Task goal »
Take the lines below beginning at the line that has "f 347 214 213" and stopping after the line that has "f 357 356 170", and print them exactly as they are, with no other lines.

________________

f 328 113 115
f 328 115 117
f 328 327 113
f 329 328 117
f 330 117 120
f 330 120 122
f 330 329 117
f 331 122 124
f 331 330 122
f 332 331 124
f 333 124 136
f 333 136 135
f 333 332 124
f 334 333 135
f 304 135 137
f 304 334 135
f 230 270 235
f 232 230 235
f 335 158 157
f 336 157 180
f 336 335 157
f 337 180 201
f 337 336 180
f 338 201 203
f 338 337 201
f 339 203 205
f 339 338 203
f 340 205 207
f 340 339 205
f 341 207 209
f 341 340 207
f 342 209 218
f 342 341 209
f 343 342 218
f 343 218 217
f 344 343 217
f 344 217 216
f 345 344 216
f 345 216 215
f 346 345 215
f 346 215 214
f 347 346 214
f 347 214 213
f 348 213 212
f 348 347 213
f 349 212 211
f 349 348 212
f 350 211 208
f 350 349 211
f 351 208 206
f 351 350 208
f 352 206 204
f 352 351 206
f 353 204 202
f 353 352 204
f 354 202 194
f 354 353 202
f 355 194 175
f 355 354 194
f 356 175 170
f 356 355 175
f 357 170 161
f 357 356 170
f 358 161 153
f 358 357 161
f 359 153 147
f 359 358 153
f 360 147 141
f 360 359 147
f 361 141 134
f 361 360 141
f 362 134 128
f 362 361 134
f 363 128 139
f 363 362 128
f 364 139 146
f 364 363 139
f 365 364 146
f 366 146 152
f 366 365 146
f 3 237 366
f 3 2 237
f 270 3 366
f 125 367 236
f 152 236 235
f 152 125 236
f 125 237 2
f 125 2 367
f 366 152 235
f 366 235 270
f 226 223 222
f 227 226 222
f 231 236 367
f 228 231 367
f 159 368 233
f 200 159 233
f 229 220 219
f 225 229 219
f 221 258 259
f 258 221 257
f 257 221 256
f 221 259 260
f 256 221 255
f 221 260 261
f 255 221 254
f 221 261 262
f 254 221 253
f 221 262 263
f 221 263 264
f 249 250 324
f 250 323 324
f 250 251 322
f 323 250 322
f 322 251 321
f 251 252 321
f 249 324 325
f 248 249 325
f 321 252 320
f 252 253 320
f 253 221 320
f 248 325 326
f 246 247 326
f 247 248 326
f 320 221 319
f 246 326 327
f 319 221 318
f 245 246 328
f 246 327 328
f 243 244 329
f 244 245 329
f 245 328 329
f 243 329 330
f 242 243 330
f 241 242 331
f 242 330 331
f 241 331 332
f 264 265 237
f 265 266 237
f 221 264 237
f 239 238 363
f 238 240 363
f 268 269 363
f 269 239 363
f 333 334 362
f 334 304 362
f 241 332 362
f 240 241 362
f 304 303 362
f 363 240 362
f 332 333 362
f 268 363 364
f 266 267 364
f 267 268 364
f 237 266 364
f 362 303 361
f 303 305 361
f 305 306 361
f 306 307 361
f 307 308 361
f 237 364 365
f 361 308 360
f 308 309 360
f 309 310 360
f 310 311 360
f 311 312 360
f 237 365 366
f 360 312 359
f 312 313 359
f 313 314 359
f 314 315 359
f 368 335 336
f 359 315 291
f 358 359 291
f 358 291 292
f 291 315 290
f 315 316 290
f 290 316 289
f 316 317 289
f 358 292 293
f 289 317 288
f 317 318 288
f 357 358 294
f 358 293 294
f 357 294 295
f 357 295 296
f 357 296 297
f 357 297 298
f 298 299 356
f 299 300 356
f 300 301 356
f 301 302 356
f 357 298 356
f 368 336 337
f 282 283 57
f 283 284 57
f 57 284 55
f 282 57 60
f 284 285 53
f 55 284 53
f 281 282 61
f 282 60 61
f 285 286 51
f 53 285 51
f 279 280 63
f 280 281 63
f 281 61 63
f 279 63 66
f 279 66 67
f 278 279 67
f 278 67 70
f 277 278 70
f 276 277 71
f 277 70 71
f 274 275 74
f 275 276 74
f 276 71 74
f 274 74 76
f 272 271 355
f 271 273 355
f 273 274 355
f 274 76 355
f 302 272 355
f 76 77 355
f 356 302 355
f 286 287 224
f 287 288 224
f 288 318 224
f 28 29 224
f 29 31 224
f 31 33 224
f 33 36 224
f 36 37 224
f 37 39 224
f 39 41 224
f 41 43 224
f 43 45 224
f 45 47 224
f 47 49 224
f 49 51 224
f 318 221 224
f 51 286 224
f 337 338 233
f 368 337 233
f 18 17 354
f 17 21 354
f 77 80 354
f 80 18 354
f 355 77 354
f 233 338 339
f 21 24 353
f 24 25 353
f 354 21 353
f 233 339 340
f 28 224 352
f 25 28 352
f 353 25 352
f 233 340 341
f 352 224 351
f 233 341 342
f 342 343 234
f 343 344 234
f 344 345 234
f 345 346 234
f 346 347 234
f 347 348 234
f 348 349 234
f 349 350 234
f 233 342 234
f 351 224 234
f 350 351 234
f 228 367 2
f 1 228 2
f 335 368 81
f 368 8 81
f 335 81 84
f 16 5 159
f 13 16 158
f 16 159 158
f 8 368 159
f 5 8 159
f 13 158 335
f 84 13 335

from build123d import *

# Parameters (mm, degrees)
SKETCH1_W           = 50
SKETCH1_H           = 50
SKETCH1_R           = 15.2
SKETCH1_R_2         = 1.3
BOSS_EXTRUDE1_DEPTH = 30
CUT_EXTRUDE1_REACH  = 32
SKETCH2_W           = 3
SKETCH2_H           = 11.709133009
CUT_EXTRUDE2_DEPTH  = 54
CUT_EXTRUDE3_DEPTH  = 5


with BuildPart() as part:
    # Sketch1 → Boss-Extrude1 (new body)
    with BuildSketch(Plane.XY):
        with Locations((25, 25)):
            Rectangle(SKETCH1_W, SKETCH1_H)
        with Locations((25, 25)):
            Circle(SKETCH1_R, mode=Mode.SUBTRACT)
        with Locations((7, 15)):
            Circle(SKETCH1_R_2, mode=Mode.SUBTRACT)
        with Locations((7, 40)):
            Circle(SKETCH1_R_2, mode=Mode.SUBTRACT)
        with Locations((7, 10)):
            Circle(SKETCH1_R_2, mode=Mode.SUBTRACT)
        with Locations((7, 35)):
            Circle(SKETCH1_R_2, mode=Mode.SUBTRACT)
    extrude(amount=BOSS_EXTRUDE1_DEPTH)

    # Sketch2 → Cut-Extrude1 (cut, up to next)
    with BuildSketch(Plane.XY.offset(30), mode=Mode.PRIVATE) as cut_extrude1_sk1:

________________

Your solution »
f 347 214 213
f 348 213 212
f 348 347 213
f 349 212 211
f 349 348 212
f 350 211 208
f 350 349 211
f 351 208 206
f 351 350 208
f 352 206 204
f 352 351 206
f 353 204 202
f 353 352 204
f 354 202 194
f 354 353 202
f 355 194 175
f 355 354 194
f 356 175 170
f 356 355 175
f 357 170 161
f 357 356 170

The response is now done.